Check every line of the data for the word "None", and copy those that have it.

═════ Excerpted records ═════

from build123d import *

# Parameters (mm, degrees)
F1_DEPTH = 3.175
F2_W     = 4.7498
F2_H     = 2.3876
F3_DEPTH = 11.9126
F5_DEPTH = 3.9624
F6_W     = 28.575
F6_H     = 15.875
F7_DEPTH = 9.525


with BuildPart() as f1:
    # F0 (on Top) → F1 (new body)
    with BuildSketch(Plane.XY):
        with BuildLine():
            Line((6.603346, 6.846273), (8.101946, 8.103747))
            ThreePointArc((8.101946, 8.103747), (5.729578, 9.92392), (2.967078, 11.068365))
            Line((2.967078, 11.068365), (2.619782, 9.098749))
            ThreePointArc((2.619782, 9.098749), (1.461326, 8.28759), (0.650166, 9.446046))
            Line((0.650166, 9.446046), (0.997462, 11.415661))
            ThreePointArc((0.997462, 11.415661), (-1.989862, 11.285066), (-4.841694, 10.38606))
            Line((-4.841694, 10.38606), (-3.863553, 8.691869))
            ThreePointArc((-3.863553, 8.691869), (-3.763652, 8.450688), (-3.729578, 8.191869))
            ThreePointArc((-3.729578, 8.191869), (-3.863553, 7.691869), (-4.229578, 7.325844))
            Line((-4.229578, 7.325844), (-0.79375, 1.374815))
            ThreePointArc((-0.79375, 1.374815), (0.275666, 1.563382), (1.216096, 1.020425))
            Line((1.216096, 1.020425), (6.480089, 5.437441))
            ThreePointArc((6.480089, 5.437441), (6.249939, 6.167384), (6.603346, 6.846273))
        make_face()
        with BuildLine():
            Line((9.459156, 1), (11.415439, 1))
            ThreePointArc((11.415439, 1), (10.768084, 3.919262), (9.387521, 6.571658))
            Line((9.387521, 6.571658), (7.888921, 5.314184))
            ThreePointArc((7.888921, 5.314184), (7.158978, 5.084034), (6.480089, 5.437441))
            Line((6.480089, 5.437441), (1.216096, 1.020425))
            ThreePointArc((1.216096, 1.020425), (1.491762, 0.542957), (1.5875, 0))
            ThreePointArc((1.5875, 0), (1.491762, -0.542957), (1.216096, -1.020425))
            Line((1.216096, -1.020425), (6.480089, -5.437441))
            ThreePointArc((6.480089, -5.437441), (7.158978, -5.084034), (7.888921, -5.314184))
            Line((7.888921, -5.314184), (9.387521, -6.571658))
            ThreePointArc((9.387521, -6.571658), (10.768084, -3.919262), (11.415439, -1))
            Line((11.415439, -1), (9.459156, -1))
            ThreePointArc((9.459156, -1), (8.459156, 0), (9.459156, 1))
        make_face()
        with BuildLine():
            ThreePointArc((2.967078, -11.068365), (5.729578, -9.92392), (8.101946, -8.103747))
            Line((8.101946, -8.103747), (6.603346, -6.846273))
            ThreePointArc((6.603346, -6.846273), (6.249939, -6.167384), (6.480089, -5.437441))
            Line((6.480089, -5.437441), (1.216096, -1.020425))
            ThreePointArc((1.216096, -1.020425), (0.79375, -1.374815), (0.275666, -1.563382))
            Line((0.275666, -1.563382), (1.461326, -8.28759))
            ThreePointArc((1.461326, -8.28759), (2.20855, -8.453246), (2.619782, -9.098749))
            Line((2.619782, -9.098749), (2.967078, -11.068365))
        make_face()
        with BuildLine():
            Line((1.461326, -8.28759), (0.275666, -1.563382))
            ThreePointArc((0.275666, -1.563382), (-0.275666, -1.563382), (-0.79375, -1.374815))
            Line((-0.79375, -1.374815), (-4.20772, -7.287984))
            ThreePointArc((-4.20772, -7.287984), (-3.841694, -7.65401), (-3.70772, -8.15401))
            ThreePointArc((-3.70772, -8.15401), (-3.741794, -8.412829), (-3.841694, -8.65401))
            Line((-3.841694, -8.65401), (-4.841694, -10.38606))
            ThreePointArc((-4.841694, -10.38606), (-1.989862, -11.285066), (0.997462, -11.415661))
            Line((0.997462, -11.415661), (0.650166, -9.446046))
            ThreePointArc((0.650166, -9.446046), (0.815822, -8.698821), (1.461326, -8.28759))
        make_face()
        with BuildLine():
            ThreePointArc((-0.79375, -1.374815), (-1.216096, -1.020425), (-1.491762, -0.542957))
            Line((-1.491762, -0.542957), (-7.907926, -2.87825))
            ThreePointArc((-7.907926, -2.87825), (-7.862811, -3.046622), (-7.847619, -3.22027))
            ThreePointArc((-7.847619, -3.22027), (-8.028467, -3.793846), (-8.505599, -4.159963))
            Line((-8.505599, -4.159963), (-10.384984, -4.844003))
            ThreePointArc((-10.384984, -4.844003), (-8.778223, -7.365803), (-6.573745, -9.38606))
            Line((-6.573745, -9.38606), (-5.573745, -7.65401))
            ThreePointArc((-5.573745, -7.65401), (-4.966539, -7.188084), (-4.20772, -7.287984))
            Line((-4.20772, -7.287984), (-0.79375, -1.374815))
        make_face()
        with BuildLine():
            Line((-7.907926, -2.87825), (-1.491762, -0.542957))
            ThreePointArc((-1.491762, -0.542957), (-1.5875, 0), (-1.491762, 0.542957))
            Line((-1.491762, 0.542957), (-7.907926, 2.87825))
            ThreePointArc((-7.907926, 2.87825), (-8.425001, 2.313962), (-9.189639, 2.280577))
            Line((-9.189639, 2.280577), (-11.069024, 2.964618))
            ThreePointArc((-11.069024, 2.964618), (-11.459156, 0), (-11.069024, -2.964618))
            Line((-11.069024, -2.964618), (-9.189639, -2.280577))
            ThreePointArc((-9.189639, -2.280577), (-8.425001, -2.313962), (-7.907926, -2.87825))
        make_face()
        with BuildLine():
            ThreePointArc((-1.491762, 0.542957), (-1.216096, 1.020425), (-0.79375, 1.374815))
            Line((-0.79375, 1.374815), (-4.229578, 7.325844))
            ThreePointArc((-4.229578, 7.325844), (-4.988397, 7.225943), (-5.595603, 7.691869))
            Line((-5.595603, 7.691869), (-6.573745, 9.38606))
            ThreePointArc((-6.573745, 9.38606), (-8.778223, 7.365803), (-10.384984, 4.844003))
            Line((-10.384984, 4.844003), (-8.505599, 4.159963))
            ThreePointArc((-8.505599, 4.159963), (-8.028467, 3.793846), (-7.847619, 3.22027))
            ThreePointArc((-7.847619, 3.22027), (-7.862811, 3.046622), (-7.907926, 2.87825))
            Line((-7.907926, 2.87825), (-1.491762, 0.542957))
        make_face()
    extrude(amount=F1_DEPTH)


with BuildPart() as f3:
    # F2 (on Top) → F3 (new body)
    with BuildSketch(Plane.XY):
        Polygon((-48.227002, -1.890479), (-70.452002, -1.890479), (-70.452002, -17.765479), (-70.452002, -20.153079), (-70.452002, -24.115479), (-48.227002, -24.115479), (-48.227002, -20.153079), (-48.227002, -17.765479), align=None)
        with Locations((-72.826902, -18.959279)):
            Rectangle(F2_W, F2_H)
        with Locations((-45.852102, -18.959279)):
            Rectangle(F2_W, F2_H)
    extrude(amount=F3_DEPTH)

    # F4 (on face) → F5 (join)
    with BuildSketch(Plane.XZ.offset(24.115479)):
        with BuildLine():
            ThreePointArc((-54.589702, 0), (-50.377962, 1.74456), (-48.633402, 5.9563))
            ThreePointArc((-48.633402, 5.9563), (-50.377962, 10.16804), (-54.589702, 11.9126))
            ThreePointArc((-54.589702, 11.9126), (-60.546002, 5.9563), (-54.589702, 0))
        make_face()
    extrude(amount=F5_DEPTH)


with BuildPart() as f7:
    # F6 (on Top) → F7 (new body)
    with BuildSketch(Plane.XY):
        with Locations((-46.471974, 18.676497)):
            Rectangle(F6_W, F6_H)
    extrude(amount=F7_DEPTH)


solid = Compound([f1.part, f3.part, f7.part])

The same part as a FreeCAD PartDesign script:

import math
import FreeCAD as App
import Part
import Sketcher

V = App.Vector
Q = App.Units.Quantity


def add_polygon(sketch, points):
    """Adds a closed chain of lines whose ends are joined by coincident constraints."""
    first, n = sketch.GeometryCount, len(points)
    for a, b in zip(points, points[1:] + points[:1]):
        sketch.addGeometry(Part.LineSegment(App.Vector(*a, 0), App.Vector(*b, 0)), False)
    for i in range(n):
        sketch.addConstraint(Sketcher.Constraint("Coincident", first + i, 2, first + (i + 1) % n, 1))

doc = App.newDocument("Part")
body = doc.addObject("PartDesign::Body", "Body")

# Sketch on XY plane
sketch1 = body.newObject("Sketcher::SketchObject", "Sketch")
sketch1.AttachmentSupport = (doc.getObject("XY_Plane"), [""])
sketch1.MapMode = "FlatFace"
sketch1.addGeometry([
    Part.LineSegment(V(6.603346, 6.846273, 0), V(8.101946, 8.103747, 0)),  # 0
    Part.ArcOfCircle(Part.Circle(V(0.000001, 0.000003, 0), V(0, 0, 1), 11.459153), math.radians(45.006359), math.radians(74.993631)),  # 1
    Part.LineSegment(V(2.967078, 11.068365, 0), V(2.619782, 9.098749, 0)),  # 2
    Part.ArcOfCircle(Part.Circle(V(1.634974, 9.272398, 0), V(0, 0, 1), 1), math.radians(170.000017), math.radians(349.999951)),  # 3
    Part.LineSegment(V(0.650166, 9.446046, 0), V(0.997462, 11.415661, 0)),  # 4
    Part.ArcOfCircle(Part.Circle(V(-0.000004, 0.000026, 0), V(0, 0, 1), 11.45913), math.radians(85.006338), math.radians(114.993667)),  # 5
    Part.LineSegment(V(-4.841694, 10.38606, 0), V(-3.863553, 8.691869, 0)),  # 6
    Part.ArcOfCircle(Part.Circle(V(-4.729568, 8.191871, 0), V(0, 0, 1), 0.99999), math.radians(-0.000107), math.radians(30.000193)),  # 7
    Part.ArcOfCircle(Part.Circle(V(-4.729579, 8.19187, 0), V(0, 0, 1), 1.000001), math.radians(-59.999968), math.radians(-0.000055)),  # 8
    Part.ArcOfCircle(Part.Circle(V(-4.729578, 8.191867, 0), V(0, 0, 1), 0.999998), math.radians(-150.000058), math.radians(-59.999918)),  # 9
    Part.LineSegment(V(-5.595603, 7.691869, 0), V(-6.573745, 9.38606, 0)),  # 10
    Part.ArcOfCircle(Part.Circle(V(-0.000002, 0, 0), V(0, 0, 1), 11.459154), math.radians(125.006362), math.radians(154.993628)),  # 11
    Part.LineSegment(V(-10.384984, 4.844003, 0), V(-8.505599, 4.159963, 0)),  # 12
    Part.ArcOfCircle(Part.Circle(V(-8.847621, 3.220269, 0), V(0, 0, 1), 1.000002), math.radians(0.000067), math.radians(69.999923)),  # 13
    Part.ArcOfCircle(Part.Circle(V(-8.847615, 3.220268, 0), V(0, 0, 1), 0.999996), math.radians(-19.999973), math.radians(0.000088)),  # 14
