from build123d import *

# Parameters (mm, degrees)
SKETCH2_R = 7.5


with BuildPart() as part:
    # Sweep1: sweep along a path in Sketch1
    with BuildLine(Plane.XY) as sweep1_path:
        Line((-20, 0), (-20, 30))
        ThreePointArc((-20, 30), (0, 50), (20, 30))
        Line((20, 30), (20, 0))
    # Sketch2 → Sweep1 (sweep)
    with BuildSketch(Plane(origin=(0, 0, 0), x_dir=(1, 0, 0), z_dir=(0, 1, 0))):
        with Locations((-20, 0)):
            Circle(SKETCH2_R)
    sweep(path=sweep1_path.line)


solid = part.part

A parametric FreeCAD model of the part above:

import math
import FreeCAD as App
import Part
import Sketcher
from FreeCAD import Vector
Q = App.Units.Quantity

doc = App.newDocument("Part")
params = doc.addObject("Spreadsheet::Sheet", "Params")
for row, (alias, value) in enumerate([
    ("sketch1_diameter", "15 mm"),
    ("sketch2_radius", "20 mm"),
    ("sketch2_height", "30 mm"),
], start=1):
    params.set(f"A{row}", alias)
    params.set(f"B{row}", "=" + value)
    params.setAlias(f"B{row}", alias)

body = doc.addObject("PartDesign::Body", "Body")

sketch1 = body.newObject("Sketcher::SketchObject", "Sketch")
sketch1.AttachmentSupport = (doc.getObject("XZ_Plane"), [""])
sketch1.MapMode = "FlatFace"
sketch1.addGeometry(Part.Circle(Vector(-20, 0, 0), Vector(0, 0, 1), 8), False)
sketch1.addConstraint(Sketcher.Constraint("PointOnObject", 0, 3, -1))
sketch1.addConstraint(Sketcher.Constraint("Diameter", 0, Q("15 mm")))
sketch1.addConstraint(Sketcher.Constraint("DistanceX", 0, 3, -1, 1, Q("20 mm")))
sketch1.setExpression("Constraints[1]", "Params.sketch1_diameter")

sketch2 = body.newObject("Sketcher::SketchObject", "Sketch001")
sketch2.AttachmentSupport = (doc.getObject("XY_Plane"), [""])
sketch2.MapMode = "FlatFace"
sketch2.addGeometry(Part.LineSegment(Vector(-20, 0, 0), Vector(-20, 30, 0)), False)
sketch2.addGeometry(Part.ArcOfCircle(Part.Circle(Vector(0, 30, 0), Vector(0, 0, 1), 20), math.radians(0), math.radians(180)), False)
sketch2.addGeometry(Part.LineSegment(Vector(20, 30, 0), Vector(20, 0, 0)), False)
sketch2.addConstraint(Sketcher.Constraint("Tangent", 0, 2, 1, 2))
sketch2.addConstraint(Sketcher.Constraint("Tangent", 1, 1, 2, 1))
sketch2.addConstraint(Sketcher.Constraint("Vertical", 0))
sketch2.addConstraint(Sketcher.Constraint("Vertical", 2))
sketch2.addConstraint(Sketcher.Constraint("Symmetric", 0, 1, 2, 2, -1, 1))
sketch2.addConstraint(Sketcher.Constraint("PointOnObject", 0, 1, -1))
sketch2.addConstraint(Sketcher.Constraint("Radius", 1, Q("20 mm")))
sketch2.addConstraint(Sketcher.Constraint("DistanceY", 0, 1, 0, 2, Q("30 mm")))
sketch2.setExpression("Constraints[6]", "Params.sketch2_radius")
sketch2.setExpression("Constraints[7]", "Params.sketch2_height")
doc.recompute()

additivepipe = body.newObject("PartDesign::AdditivePipe", "AdditivePipe")
additivepipe.Profile = sketch1
additivepipe.Spine = (sketch2, ["Edge1", "Edge2", "Edge3"])

doc.recompute()
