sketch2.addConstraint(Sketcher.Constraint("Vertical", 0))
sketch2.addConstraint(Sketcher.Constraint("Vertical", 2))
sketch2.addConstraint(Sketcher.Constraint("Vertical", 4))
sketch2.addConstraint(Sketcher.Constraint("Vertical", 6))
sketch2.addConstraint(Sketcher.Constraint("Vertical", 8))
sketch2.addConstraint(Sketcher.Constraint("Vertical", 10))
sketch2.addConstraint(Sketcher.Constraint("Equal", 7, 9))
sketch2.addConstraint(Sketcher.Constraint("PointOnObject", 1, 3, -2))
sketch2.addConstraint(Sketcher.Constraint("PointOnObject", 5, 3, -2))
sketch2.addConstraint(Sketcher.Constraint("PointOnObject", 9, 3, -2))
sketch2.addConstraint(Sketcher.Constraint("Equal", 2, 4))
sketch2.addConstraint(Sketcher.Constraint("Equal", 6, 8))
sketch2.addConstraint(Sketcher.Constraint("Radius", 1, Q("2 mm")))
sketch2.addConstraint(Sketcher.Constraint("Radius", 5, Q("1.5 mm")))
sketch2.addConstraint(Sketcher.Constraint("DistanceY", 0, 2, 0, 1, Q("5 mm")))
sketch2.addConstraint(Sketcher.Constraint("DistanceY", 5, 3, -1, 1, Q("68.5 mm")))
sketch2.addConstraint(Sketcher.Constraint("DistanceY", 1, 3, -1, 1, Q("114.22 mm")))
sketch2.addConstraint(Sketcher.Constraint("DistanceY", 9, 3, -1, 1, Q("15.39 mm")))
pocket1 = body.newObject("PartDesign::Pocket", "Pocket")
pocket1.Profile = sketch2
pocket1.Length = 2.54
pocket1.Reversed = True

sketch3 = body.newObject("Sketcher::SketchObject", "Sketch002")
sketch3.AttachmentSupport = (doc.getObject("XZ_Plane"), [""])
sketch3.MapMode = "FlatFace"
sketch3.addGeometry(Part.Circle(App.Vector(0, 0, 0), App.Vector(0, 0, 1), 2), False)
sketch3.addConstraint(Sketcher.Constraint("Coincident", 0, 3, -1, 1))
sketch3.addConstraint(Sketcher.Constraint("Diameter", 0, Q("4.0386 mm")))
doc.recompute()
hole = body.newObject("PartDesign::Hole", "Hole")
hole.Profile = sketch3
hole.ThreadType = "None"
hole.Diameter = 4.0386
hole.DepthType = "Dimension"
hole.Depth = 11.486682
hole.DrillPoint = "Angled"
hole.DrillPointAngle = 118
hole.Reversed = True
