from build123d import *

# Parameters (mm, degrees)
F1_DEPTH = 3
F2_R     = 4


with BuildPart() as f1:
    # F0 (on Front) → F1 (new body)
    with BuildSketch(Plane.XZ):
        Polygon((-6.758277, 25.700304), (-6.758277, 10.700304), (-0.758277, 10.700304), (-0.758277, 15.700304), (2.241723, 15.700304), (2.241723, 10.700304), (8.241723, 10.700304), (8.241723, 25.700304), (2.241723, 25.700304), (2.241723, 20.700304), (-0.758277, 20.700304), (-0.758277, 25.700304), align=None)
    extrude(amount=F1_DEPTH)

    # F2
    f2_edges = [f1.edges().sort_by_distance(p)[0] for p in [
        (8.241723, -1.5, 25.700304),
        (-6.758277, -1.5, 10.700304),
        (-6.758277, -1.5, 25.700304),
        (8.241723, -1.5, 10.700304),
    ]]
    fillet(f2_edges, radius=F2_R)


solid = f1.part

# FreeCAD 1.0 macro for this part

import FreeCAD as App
import Part
import Sketcher
Q = App.Units.Quantity


def edges_at(feature, points):
    """Names of the edges that pass closest to the given points."""
    edges = feature.Shape.Edges
    near = lambda p: min(range(len(edges)), key=lambda i: edges[i].distToShape(Part.Vertex(*p))[0])
    return sorted({f"Edge{near(p) + 1}" for p in points})


def add_polygon(sketch, points):
    """Adds a closed chain of lines whose ends are joined by coincident constraints."""
    first, n = sketch.GeometryCount, len(points)
    for a, b in zip(points, points[1:] + points[:1]):
        sketch.addGeometry(Part.LineSegment(App.Vector(*a, 0), App.Vector(*b, 0)), False)
    for i in range(n):
        sketch.addConstraint(Sketcher.Constraint("Coincident", first + i, 2, first + (i + 1) % n, 1))

doc = App.newDocument("Part")
body = doc.addObject("PartDesign::Body", "Body")

# Sketch on XZ plane
sketch1 = body.newObject("Sketcher::SketchObject", "Sketch")
sketch1.AttachmentSupport = (doc.getObject("XZ_Plane"), [""])
sketch1.MapMode = "FlatFace"
add_polygon(sketch1, [(-6.8, 25.7), (-6.8, 10.7), (-0.8, 10.7), (-0.8, 15.7), (2.2, 15.7), (2.2, 10.7), (8.2, 10.7), (8.2, 25.7), (2.2, 25.7), (2.2, 20.7), (-0.8, 20.7), (-0.8, 25.7)])  # lines 0-11
sketch1.addConstraint([
    Sketcher.Constraint("Vertical", 0),
    Sketcher.Constraint("Horizontal", 1),
    Sketcher.Constraint("Vertical", 2),
    Sketcher.Constraint("Horizontal", 3),
    Sketcher.Constraint("Vertical", 4),
    Sketcher.Constraint("Horizontal", 5),
    Sketcher.Constraint("Vertical", 6),
    Sketcher.Constraint("Horizontal", 7),
    Sketcher.Constraint("Vertical", 8),
    Sketcher.Constraint("Horizontal", 9),
    Sketcher.Constraint("Vertical", 10),
    Sketcher.Constraint("Horizontal", 11),
    Sketcher.Constraint("Horizontal", 1, 2, 4, 2),
    Sketcher.Constraint("Horizontal", 7, 2, 10, 2),
    Sketcher.Constraint("Vertical", 4, 2, 7, 2),
    Sketcher.Constraint("Vertical", 2, 2, 9, 2),
    Sketcher.Constraint("Equal", 1, 5),
    Sketcher.Constraint("Equal", 4, 8),
    Sketcher.Constraint("DistanceX", 1, 1, 1, 2, Q("6 mm")),
    Sketcher.Constraint("DistanceX", 3, 1, 3, 2, Q("3 mm")),
    Sketcher.Constraint("DistanceY", 0, 2, 0, 1, Q("15 mm")),
    Sketcher.Constraint("DistanceY", 2, 1, 2, 2, Q("5 mm")),
    Sketcher.Constraint("DistanceX", 0, 2, -1, 1, Q("6.758277 mm")),
    Sketcher.Constraint("DistanceY", -1, 1, 0, 2, Q("10.700304 mm")),
])
pad1 = body.newObject("PartDesign::Pad", "Pad")
pad1.Profile = sketch1
pad1.Length = 3
doc.recompute()

fillet = body.newObject("PartDesign::Fillet", "Fillet")
fillet.Base = (pad1, edges_at(pad1, [
    (8.242, -1.5, 25.7),
    (-6.758, -1.5, 10.7),
    (-6.758, -1.5, 25.7),
    (8.242, -1.5, 10.7),
]))
fillet.Radius = 4

doc.recompute()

═════

Exercise solution -
        Polygon((-48.227002, -1.890479), (-70.452002, -1.890479), (-70.452002, -17.765479), (-70.452002, -20.153079), (-70.452002, -24.115479), (-48.227002, -24.115479), (-48.227002, -20.153079), (-48.227002, -17.765479), align=None)
hole.ThreadType = "None"
        Polygon((-6.758277, 25.700304), (-6.758277, 10.700304), (-0.758277, 10.700304), (-0.758277, 15.700304), (2.241723, 15.700304), (2.241723, 10.700304), (8.241723, 10.700304), (8.241723, 25.700304), (2.241723, 25.700304), (2.241723, 20.700304), (-0.758277, 20.700304), (-0.758277, 25.700304), align=None)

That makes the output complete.